In Cheltenham Township, the Year of the Dog has gone to the dogs.
Two of them, to be exact.
A yellow Lab named Sadie, and a black Lab mix called Lanie.
They trotted into the Elkins Park Library this week to provide a friendly, furry welcome to the Lunar New Year, joining about 30 children and parents in a boisterous red-and-gold celebration. The holiday begins at midnight Thursday and continues through March 2.
The kids slipped chocolate coins into lucky-money envelopes, munched on oranges, and traded books like D Is for Dragon Dance and My Chinatown. A few grabbed brooms and swept up, maintaining the tradition of greeting the New Year with clean spaces.

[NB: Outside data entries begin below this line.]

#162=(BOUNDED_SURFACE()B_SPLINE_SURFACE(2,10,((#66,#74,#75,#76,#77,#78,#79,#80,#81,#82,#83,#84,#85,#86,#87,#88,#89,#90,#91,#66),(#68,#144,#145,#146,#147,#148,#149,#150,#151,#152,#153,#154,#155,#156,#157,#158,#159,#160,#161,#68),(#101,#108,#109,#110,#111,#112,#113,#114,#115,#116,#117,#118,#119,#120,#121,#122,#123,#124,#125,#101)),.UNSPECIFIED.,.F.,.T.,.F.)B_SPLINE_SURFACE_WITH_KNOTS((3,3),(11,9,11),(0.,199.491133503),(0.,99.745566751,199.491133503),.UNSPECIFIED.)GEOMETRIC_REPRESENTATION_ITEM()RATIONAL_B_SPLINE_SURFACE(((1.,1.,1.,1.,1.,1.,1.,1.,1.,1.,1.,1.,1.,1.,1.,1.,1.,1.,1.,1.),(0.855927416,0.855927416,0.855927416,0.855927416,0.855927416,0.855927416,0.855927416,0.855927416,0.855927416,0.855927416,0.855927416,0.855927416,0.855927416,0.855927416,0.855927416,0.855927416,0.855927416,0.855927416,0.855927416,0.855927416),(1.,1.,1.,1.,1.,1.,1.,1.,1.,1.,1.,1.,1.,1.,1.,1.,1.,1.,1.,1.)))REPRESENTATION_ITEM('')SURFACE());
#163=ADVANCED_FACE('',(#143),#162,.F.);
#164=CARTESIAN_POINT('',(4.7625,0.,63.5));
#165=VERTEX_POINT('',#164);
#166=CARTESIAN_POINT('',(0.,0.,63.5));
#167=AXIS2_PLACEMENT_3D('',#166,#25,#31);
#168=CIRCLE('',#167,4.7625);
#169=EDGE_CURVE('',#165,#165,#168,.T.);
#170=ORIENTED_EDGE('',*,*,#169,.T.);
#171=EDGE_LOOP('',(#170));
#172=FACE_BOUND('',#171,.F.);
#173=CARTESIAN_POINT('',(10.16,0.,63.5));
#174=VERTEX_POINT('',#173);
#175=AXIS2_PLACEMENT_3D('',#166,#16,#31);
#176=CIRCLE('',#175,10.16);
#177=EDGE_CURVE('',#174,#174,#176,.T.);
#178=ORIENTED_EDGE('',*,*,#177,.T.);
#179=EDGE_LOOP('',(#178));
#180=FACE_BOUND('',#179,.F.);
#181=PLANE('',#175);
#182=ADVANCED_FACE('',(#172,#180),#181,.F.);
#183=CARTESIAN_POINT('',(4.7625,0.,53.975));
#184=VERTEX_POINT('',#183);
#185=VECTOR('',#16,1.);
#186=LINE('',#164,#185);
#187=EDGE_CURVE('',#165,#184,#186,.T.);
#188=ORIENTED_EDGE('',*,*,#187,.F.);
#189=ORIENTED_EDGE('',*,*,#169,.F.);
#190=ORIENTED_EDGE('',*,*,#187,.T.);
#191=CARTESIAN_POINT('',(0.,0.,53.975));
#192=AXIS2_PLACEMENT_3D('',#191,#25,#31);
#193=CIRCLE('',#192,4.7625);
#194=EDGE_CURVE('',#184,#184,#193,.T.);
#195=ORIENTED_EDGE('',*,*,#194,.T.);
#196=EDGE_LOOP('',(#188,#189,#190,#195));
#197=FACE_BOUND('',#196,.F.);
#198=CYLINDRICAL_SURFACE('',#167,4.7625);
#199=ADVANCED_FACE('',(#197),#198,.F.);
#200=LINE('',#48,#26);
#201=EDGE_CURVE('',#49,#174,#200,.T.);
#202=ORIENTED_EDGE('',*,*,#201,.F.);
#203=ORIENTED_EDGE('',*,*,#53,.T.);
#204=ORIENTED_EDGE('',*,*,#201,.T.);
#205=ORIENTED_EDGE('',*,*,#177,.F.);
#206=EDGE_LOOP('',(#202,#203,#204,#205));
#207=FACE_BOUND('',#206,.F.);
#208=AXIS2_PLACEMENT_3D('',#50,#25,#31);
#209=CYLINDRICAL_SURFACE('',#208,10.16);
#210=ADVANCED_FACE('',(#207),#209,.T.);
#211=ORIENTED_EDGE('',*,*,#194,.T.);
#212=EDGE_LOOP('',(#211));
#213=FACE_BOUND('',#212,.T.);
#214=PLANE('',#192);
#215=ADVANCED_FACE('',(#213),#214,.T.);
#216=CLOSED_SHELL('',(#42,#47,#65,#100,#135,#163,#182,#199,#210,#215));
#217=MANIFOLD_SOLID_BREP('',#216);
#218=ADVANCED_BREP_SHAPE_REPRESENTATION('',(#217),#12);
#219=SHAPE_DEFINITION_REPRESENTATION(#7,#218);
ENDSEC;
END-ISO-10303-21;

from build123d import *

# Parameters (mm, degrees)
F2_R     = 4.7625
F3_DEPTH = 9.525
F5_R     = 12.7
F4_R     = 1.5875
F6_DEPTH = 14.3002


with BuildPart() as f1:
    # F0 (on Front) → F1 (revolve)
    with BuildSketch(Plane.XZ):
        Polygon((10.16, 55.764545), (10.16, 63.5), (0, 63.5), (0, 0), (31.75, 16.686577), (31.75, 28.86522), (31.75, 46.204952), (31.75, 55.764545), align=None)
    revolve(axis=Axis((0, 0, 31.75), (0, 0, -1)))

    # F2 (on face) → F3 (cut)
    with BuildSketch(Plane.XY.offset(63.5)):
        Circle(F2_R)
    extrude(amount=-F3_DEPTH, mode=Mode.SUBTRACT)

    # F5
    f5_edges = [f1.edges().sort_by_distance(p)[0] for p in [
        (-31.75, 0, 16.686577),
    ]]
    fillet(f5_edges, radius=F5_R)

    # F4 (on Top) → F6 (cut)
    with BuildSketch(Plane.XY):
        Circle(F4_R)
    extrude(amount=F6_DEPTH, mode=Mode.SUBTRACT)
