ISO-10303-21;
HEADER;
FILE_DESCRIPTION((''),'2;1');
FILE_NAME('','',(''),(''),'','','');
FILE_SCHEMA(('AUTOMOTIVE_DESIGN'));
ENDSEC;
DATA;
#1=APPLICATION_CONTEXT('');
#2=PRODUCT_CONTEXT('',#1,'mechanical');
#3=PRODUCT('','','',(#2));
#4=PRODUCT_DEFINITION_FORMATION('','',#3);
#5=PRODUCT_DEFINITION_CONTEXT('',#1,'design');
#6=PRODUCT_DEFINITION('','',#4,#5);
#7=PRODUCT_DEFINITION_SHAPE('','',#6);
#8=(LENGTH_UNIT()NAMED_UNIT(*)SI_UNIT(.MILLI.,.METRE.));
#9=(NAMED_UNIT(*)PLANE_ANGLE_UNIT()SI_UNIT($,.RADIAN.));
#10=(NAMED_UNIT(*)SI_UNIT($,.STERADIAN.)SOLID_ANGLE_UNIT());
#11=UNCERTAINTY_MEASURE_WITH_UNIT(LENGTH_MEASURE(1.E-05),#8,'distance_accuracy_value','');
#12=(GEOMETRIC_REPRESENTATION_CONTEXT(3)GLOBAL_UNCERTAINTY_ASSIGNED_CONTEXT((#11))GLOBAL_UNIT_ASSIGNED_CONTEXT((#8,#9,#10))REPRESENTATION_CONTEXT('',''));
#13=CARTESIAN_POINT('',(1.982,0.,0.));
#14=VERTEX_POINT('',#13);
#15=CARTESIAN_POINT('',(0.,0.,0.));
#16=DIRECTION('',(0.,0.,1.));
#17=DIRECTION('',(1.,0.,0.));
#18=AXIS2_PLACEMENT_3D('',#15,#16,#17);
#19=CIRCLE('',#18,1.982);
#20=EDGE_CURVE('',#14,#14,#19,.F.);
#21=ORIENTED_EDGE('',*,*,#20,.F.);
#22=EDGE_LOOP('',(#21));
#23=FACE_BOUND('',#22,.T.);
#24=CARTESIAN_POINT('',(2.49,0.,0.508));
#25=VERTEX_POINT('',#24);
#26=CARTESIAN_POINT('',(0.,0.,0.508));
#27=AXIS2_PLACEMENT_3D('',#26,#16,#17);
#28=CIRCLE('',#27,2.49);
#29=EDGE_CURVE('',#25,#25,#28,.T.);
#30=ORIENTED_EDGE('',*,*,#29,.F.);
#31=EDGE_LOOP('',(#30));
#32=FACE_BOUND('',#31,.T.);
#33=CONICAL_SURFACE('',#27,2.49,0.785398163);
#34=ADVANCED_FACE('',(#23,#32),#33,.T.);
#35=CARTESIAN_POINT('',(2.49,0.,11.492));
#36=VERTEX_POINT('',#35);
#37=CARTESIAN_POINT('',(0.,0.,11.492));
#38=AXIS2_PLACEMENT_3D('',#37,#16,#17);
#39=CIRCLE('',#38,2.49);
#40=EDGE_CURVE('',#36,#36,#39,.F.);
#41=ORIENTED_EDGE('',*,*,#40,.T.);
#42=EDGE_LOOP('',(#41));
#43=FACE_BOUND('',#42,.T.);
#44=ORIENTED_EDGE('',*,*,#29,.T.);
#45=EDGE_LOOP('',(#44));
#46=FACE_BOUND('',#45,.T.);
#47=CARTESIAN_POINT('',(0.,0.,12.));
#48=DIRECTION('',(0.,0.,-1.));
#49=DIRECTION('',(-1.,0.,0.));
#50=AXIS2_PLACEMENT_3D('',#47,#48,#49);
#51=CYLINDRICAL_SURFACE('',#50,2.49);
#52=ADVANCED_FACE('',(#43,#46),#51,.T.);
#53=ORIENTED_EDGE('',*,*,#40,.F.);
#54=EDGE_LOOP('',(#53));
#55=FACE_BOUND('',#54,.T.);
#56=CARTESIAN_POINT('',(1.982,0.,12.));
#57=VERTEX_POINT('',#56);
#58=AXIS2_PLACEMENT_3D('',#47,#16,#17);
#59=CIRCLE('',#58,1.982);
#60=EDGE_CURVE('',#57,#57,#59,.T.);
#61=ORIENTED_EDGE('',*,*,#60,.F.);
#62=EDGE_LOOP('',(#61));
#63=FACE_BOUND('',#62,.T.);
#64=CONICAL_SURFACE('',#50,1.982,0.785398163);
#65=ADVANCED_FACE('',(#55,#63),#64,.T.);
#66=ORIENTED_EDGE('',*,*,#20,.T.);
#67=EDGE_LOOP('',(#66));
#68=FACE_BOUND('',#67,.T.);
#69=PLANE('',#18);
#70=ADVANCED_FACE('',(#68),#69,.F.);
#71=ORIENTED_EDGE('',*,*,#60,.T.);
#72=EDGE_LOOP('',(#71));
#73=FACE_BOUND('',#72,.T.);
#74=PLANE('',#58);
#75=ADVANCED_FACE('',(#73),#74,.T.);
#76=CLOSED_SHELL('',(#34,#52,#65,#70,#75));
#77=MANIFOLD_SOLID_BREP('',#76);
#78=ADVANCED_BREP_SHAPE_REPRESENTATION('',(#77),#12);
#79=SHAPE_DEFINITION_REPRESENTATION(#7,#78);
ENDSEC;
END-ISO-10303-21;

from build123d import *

# Parameters (mm, degrees)
SKETCH1_R      = 2.49
EXTRUDE1_DEPTH = 12
CHAMFER1_SIZE  = 0.508


with BuildPart() as part:
    # Sketch1 → Extrude1 (new body)
    with BuildSketch(Plane.XY):
        Circle(SKETCH1_R)
    extrude(amount=EXTRUDE1_DEPTH)

    # Chamfer1
    chamfer1_edges = [part.edges().sort_by_distance(p)[0] for p in [
        (-2.49, 0, 0),
        (-2.49, 0, 12),
    ]]
    chamfer(chamfer1_edges, length=CHAMFER1_SIZE)


solid = part.part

A howling good start to the New Year? Sure. But the dogs didn’t come just for the party, to hang out while children made paper dragon puppets. They came to put young readers at ease. Both Sadie and Lanie are stalwarts in the library’s “Read to the Dogs” program that has served about 1,440 children in the last six years. Kids who might not be comfortable reading aloud to a teacher or classmate can nuzzle against a warm, fluffy friend and share a story.
“It’s almost like they’re listening to you,” said 9-year-old Jessica McManus.
For children, reading to dogs is different from reading to themselves. Or even to a parent. Dogs render no judgment. If a child misses a word, or struggles with a sentence, the dogs don’t mind, noted Elizabeth McGoran, who brought the program to Elkins Park after becoming youth-services librarian in 2012.
It seemed natural to have Sadie and Lanie help mark the Year of the Dog, she said. They are trained therapy dogs, preternaturally calm — even on Monday, as a New Year’s party swirled around them.
For two-legged celebrators, the Lunar New Year is the most important of Asian holidays, a time when family members travel long distances to be together. In China, the holiday drives what’s billed as the world’s largest annual migration, as hundreds of millions of people pack trains, buses, and cars to journey home. China Central Television estimates that 2.98 billion trips will be taken during the 2018 travel rush, measured between Feb. 1 and March 12.
The dog is one of the animals in the 12-year cycle of the Chinese zodiac, coming after the rooster and before the pig. People born in dog years are said to be loyal, kind, and helpful, always offering a ready ear and a shoulder to lean on — just like real dogs.
Elvis Presley was a dog. So is Bill Clinton. And President Trump.
The Philadelphia region typically mounts big celebrations, welcoming the New Year with parties, parades, and fireworks. Those traditions stay strong as the Asian population continues to grow, now 107,669 people, fully 6.9 percent of city residents.
Chinese make up a third of that, but the Southeast Asian population is significant, including about 17,000 Vietnamese, 9,000 Cambodians, and 1,100 Laotians.
The city’s biggest, most traditional New Year’s event starts at 11 p.m. Thursday in Chinatown, where Lion Dancers from the Philadelphia Suns, a youth leadership organization, will turn the street into a stage. The performance starts at 10th and Race — late arrivals can follow the sound of the drums to catch up.
On Saturday, the Independence Seaport Museum marks the New Year with real pups from the Philadelphia Animal Welfare Society, known as PAWS. The Reading Terminal Market co-hosts a cooking demonstration with the Philadelphia Chinatown Development Corporation. On Sunday, the Suns parade through Chinatown starting at 11 a.m.
Some people strictly follow custom — cleaning the house, paying their debts, wearing red. They don’t use knives or scissors on New Year’s Day, which could cut their luck.
Others prefer a less formal, mix-and-match approach.
When she was growing up in Minnesota, said Ellen Somekawa, executive director of the FACTS charter school, her family paid little attention to the New Year. It wasn’t a traditional Japanese holiday.
But after she and husband Eric Joselyn adopted their son and daughter from Vietnam, they wanted to honor their children’s heritage.
They borrowed customs from Vietnam, stirred in a dash of tradition from China, added a houseful of friends.
“We don’t do all the traditional stuff,” Somekawa said. “Some of the stuff we do relates to joy, and ways of honoring things, even if it’s not something you grew up with.”
A key part of their celebration? Fish and flames.
At the end of the dinner, everyone moves outside. Joselyn raises a long pole from which dangles a paper fish, there to serve as a kind of celestial intermediary.
The guests write wishes, hopes, aspirations, or regrets on small pieces of paper, then set them alight — the smoke carrying their words to the fish and from there to the heavens.
Maybe it’s not the strictest holiday observance, Joselyn said, but so what? New Year traditions vary by nation and region even in Asia. What’s important, he said, is that his children can take part in a holiday observance from their homeland.
“There’s something about doing something you know other people are doing,” Joselyn said. “We’ve built a little observance, and people come, and it’s nice.”